A lot of long-awaited features have been added: most notably, automatic crawling to the detail pages, which was the most requested feature in scRUBYt!’s history ever. I will add a tutorial and detailed example on how to use this feature, which enables you to easily crawl a whole site.

Another great addition is the improved example generation - you don’t have to use the whole text of the element you would like to match anymore - it is enough to specify a substring, and the first element that contains the string will be returned. Moreover, you can use also regular expressions, in which case the first element with text content matching the regexp will be returned.
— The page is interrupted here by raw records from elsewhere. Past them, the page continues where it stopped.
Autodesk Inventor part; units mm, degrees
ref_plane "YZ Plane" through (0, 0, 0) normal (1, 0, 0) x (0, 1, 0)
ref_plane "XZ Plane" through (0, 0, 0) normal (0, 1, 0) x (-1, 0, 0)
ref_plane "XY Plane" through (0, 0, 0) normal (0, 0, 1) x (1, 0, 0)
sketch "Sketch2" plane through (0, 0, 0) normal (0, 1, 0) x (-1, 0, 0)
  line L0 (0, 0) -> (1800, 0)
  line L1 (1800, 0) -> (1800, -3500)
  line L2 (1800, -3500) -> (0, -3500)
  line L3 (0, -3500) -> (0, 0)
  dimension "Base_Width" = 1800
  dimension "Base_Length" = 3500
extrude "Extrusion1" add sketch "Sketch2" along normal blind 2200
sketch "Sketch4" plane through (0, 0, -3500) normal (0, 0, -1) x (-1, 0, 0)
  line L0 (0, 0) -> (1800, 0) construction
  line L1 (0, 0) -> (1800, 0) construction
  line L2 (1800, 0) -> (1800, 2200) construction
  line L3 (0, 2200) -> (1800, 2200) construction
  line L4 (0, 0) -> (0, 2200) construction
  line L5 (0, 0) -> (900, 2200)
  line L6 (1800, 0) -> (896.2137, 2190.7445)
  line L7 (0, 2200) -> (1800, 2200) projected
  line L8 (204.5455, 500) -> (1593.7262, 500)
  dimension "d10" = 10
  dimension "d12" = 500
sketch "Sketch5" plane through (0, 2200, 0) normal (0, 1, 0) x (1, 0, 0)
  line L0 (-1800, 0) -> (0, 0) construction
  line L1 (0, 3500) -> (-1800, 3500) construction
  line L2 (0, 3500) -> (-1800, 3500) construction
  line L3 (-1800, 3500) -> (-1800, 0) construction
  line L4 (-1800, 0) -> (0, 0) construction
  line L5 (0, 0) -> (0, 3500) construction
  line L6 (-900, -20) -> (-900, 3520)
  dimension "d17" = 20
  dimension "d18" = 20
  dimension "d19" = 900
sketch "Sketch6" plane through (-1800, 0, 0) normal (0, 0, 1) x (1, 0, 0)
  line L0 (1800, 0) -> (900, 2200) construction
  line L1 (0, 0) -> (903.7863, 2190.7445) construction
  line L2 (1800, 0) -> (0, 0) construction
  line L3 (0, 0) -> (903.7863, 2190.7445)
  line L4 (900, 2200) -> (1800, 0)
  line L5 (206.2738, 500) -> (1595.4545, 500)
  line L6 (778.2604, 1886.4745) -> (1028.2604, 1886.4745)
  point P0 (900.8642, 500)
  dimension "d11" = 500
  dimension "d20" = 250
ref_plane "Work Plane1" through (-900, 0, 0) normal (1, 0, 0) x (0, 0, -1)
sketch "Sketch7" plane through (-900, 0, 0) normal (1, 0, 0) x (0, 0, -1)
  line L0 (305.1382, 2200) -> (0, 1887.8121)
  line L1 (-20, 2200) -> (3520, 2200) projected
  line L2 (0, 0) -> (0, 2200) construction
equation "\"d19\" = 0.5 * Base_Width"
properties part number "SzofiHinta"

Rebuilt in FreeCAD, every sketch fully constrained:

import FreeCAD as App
import Part
import Sketcher

V = App.Vector
Q = App.Units.Quantity


def add_polygon(sketch, points):
    """Adds a closed chain of lines whose ends are joined by coincident constraints."""
    first, n = sketch.GeometryCount, len(points)
    for a, b in zip(points, points[1:] + points[:1]):
        sketch.addGeometry(Part.LineSegment(App.Vector(*a, 0), App.Vector(*b, 0)), False)
    for i in range(n):
        sketch.addConstraint(Sketcher.Constraint("Coincident", first + i, 2, first + (i + 1) % n, 1))

doc = App.newDocument("Part")
body = doc.addObject("PartDesign::Body", "Body")

sketch1 = body.newObject("Sketcher::SketchObject", "Sketch")
sketch1.AttachmentSupport = (doc.getObject("XZ_Plane"), [""])
sketch1.MapMode = "FlatFace"
add_polygon(sketch1, [(-1800, 0), (0, 0), (0, -3500), (-1800, -3500)])
sketch1.addConstraint([
    Sketcher.Constraint("Horizontal", 0),
    Sketcher.Constraint("Vertical", 1),
    Sketcher.Constraint("Horizontal", 2),
    Sketcher.Constraint("Vertical", 3),
    Sketcher.Constraint("Coincident", 0, 2, -1, 1),
    Sketcher.Constraint("DistanceX", 0, 1, 0, 2, Q("1800 mm")),
    Sketcher.Constraint("DistanceY", 1, 2, 1, 1, Q("3500 mm")),
])
pad1 = body.newObject("PartDesign::Pad", "Pad")
pad1.Profile = sketch1
pad1.Length = 2200
pad1.Reversed = True

doc.recompute()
If this still won’t be enough, it is possible to create a compound example like this:

flight :begins_with => 'Arrival', :contains /d{4}/, :ends_with => '20:00'

I guess it’s quite intuitive how should this work.

We have finished to fix an enormous amount of bugs and tested the whole system thoroughly, so the overall reliability should be improved a lot as opposed to the previous releases.

If you have any comments, questions, suggestions, please visit the brand new forum!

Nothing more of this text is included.